(THE DATA Opens)

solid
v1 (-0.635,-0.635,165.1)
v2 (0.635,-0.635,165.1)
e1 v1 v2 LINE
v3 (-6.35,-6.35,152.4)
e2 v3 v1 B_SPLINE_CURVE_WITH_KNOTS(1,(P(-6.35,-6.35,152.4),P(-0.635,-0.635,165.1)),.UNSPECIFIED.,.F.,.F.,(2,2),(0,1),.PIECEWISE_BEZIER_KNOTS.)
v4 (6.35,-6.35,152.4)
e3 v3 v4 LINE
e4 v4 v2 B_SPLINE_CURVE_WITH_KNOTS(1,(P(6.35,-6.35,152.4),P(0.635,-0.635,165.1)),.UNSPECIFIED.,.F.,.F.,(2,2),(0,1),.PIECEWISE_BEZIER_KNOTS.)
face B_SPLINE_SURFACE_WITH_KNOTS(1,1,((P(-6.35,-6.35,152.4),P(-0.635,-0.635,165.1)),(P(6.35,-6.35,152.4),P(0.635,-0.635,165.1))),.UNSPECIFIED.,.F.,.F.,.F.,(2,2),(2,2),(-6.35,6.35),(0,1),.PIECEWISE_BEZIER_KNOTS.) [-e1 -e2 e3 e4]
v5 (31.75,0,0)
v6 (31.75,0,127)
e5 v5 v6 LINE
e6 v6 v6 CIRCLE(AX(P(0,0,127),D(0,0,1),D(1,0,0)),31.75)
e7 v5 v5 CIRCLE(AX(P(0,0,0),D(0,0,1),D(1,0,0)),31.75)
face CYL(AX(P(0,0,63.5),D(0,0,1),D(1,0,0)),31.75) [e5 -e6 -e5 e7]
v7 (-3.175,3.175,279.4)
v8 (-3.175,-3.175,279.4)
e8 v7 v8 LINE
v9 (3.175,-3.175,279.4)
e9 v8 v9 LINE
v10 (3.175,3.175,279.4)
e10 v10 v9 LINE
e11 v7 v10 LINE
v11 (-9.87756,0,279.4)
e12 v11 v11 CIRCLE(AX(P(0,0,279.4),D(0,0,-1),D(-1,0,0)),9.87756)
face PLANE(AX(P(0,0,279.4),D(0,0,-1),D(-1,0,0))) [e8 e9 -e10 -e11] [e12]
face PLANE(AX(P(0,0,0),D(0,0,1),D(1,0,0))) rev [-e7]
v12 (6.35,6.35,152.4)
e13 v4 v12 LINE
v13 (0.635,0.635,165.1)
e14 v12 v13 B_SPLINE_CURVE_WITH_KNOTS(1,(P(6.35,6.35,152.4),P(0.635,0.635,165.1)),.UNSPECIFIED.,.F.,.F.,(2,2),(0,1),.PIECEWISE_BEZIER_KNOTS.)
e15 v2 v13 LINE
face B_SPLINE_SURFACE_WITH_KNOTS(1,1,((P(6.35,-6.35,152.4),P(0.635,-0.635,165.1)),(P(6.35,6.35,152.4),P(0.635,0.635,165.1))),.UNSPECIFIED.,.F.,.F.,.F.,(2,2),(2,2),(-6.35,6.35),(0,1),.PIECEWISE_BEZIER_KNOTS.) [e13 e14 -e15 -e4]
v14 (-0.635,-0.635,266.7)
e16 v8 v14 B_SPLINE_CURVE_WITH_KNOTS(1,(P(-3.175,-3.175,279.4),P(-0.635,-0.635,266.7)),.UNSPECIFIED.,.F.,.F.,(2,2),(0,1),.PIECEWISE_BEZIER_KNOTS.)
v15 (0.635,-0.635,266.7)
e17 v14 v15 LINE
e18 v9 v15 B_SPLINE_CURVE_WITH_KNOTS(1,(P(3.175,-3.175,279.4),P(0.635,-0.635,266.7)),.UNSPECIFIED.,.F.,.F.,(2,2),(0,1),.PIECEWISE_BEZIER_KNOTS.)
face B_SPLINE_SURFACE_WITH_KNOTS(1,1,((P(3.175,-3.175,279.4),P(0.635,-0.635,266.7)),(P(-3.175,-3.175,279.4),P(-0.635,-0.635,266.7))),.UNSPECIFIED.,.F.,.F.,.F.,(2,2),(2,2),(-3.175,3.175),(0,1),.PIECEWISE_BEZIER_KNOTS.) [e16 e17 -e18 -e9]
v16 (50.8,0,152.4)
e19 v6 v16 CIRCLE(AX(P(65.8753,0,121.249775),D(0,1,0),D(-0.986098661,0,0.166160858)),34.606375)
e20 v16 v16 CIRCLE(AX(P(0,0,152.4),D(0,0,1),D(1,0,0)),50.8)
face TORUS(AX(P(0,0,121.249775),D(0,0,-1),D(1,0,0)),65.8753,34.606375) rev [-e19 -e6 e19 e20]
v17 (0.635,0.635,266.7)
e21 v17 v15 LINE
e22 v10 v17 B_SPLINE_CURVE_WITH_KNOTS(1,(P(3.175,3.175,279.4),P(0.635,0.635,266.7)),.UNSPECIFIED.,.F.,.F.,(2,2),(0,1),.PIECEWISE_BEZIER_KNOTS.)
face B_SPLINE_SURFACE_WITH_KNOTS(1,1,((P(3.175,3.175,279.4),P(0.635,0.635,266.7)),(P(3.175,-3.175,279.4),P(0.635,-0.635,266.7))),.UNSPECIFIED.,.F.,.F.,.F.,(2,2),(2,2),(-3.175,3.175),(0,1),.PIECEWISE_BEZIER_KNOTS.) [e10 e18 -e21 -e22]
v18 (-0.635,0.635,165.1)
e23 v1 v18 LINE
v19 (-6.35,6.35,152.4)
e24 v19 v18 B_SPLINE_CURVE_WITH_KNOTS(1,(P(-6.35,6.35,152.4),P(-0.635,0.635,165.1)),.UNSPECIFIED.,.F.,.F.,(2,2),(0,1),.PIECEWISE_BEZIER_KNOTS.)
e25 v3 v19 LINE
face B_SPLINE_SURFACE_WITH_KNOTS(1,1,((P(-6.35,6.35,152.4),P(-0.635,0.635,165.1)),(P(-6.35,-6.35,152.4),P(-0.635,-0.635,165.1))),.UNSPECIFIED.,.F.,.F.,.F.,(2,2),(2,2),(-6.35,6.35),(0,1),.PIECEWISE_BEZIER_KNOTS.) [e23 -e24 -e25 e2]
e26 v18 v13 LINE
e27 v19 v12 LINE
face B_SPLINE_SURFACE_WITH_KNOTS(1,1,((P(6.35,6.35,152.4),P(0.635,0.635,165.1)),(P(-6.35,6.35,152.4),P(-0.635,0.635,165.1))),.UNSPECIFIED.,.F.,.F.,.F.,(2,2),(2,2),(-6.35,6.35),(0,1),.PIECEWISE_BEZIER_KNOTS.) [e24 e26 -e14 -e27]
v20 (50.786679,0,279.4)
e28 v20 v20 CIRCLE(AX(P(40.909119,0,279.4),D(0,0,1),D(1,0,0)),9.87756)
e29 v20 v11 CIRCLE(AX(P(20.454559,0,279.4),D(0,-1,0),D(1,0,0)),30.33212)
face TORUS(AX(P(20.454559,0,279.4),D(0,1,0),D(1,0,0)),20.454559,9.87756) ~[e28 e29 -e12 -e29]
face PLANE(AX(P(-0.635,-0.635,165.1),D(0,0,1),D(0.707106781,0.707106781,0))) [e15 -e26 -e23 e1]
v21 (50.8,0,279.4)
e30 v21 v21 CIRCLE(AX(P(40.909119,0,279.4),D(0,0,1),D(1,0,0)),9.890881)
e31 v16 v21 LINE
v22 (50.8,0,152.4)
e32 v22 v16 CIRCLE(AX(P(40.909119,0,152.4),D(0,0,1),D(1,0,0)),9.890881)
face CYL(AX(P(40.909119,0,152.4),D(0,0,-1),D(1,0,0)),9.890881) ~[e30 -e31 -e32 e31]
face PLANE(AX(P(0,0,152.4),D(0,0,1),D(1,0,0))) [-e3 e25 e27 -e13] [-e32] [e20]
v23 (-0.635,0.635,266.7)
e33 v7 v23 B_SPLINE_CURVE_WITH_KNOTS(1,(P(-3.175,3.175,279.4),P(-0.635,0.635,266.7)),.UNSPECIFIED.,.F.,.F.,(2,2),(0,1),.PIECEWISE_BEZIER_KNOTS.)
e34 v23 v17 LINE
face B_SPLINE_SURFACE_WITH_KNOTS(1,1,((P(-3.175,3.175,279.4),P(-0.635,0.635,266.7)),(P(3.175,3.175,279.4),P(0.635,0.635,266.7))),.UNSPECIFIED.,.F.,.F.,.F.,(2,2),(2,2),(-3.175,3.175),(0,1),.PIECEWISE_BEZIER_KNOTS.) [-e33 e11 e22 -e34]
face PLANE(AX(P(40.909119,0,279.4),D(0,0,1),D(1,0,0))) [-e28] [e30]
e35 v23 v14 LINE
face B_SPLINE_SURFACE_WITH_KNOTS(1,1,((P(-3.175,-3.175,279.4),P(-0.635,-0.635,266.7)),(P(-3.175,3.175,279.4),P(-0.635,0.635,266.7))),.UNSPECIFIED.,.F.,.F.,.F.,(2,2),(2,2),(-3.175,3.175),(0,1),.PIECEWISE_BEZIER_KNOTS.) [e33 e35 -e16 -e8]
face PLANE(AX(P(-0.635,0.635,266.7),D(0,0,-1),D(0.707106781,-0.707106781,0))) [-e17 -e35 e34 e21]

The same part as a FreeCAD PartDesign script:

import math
import FreeCAD as App
import Part
import Sketcher

V = App.Vector
Q = App.Units.Quantity

doc = App.newDocument("Part")
body = doc.addObject("PartDesign::Body", "Body")

# Sketch on XZ plane
sketch1 = body.newObject("Sketcher::SketchObject", "Sketch")
sketch1.AttachmentSupport = (doc.getObject("XZ_Plane"), [""])
sketch1.MapMode = "FlatFace"
sketch1.addGeometry(Part.LineSegment(V(0, 152.4, 0), V(0, 0, 0)), False)
sketch1.addGeometry(Part.LineSegment(V(0, 0, 0), V(31.75, 0, 0)), False)
sketch1.addGeometry(Part.LineSegment(V(31.75, 0, 0), V(31.75, 127, 0)), False)
sketch1.addGeometry(Part.ArcOfCircle(Part.Circle(V(65.8753, 121.249775, 0), V(0, 0, 1), 34.606375), math.radians(115.824882), math.radians(170.435322)), False)
sketch1.addGeometry(Part.LineSegment(V(50.8, 152.4, 0), V(0, 152.4, 0)), False)
sketch1.addConstraint(Sketcher.Constraint("Coincident", 0, 2, 1, 1))
sketch1.addConstraint(Sketcher.Constraint("Coincident", 1, 2, 2, 1))
sketch1.addConstraint(Sketcher.Constraint("Coincident", 2, 2, 3, 2))
sketch1.addConstraint(Sketcher.Constraint("Coincident", 3, 1, 4, 1))
sketch1.addConstraint(Sketcher.Constraint("Coincident", 4, 2, 0, 1))
sketch1.addConstraint(Sketcher.Constraint("Vertical", 0))
sketch1.addConstraint(Sketcher.Constraint("Horizontal", 1))
sketch1.addConstraint(Sketcher.Constraint("Vertical", 2))
sketch1.addConstraint(Sketcher.Constraint("Horizontal", 4))
sketch1.addConstraint(Sketcher.Constraint("Coincident", 0, 2, -1, 1))
sketch1.addConstraint(Sketcher.Constraint("DistanceX", 4, 2, 4, 1, Q("2 in")))
sketch1.addConstraint(Sketcher.Constraint("DistanceY", 0, 2, 0, 1, Q("6 in")))
sketch1.addConstraint(Sketcher.Constraint("DistanceY", 2, 1, 2, 2, Q("5 in")))
sketch1.addConstraint(Sketcher.Constraint("DistanceX", 1, 1, 1, 2, Q("1.25 in")))
sketch1.addConstraint(Sketcher.Constraint("Radius", 3, 34.606375))
revolution = body.newObject("PartDesign::Revolution", "Revolution")
revolution.Profile = sketch1
revolution.ReferenceAxis = (sketch1, ["V_Axis"])
revolution.Angle = 360

# Sketch on XY plane
sketch2 = body.newObject("Sketcher::SketchObject", "Sketch001")
sketch2.AttachmentSupport = (doc.getObject("XY_Plane"), [""])
sketch2.MapMode = "FlatFace"
sketch2.AttachmentOffset = App.Placement(V(0, 0, 6 * 25.4), App.Rotation())
sketch2.addGeometry(Part.Circle(V(40.909119, 0, 0), V(0, 0, 1), 9.890881), False)
sketch2.addConstraint(Sketcher.Constraint("PointOnObject", 0, 3, -1))
sketch2.addConstraint(Sketcher.Constraint("Diameter", 0, 19.781762))
sketch2.addConstraint(Sketcher.Constraint("DistanceX", -1, 1, 0, 3, 40.909119))
pad1 = body.newObject("PartDesign::Pad", "Pad")
pad1.Profile = sketch2
pad1.Length = Q("5 in")

# Sketch on XY plane
sketch3 = body.newObject("Sketcher::SketchObject", "Sketch002")
sketch3.AttachmentSupport = (doc.getObject("XY_Plane"), [""])
sketch3.MapMode = "FlatFace"
sketch3.AttachmentOffset = App.Placement(V(0, 0, 6 * 25.4), App.Rotation())
sketch3.addGeometry(Part.LineSegment(V(-6.35, 6.35, 0), V(-6.35, -6.35, 0)), False)
sketch3.addGeometry(Part.LineSegment(V(-6.35, -6.35, 0), V(6.35, -6.35, 0)), False)
sketch3.addGeometry(Part.LineSegment(V(6.35, -6.35, 0), V(6.35, 6.35, 0)), False)
sketch3.addGeometry(Part.LineSegment(V(6.35, 6.35, 0), V(-6.35, 6.35, 0)), False)
sketch3.addConstraint(Sketcher.Constraint("Coincident", 0, 2, 1, 1))
sketch3.addConstraint(Sketcher.Constraint("Coincident", 1, 2, 2, 1))
sketch3.addConstraint(Sketcher.Constraint("Coincident", 2, 2, 3, 1))
sketch3.addConstraint(Sketcher.Constraint("Coincident", 3, 2, 0, 1))
sketch3.addConstraint(Sketcher.Constraint("Vertical", 0))
sketch3.addConstraint(Sketcher.Constraint("Horizontal", 1))
sketch3.addConstraint(Sketcher.Constraint("Vertical", 2))
sketch3.addConstraint(Sketcher.Constraint("Horizontal", 3))
sketch3.addConstraint(Sketcher.Constraint("Symmetric", 0, 2, 2, 2, -1, 1))
sketch3.addConstraint(Sketcher.Constraint("Equal", 3, 0))
sketch3.addConstraint(Sketcher.Constraint("DistanceX", 1, 1, 1, 2, Q("0.5 in")))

(THE DATA Closes)

# TRY IT:
A bare number should be your reply: how many lines in the entries above include the word "TORUS".

# OUTPUT OF THE TASK:
2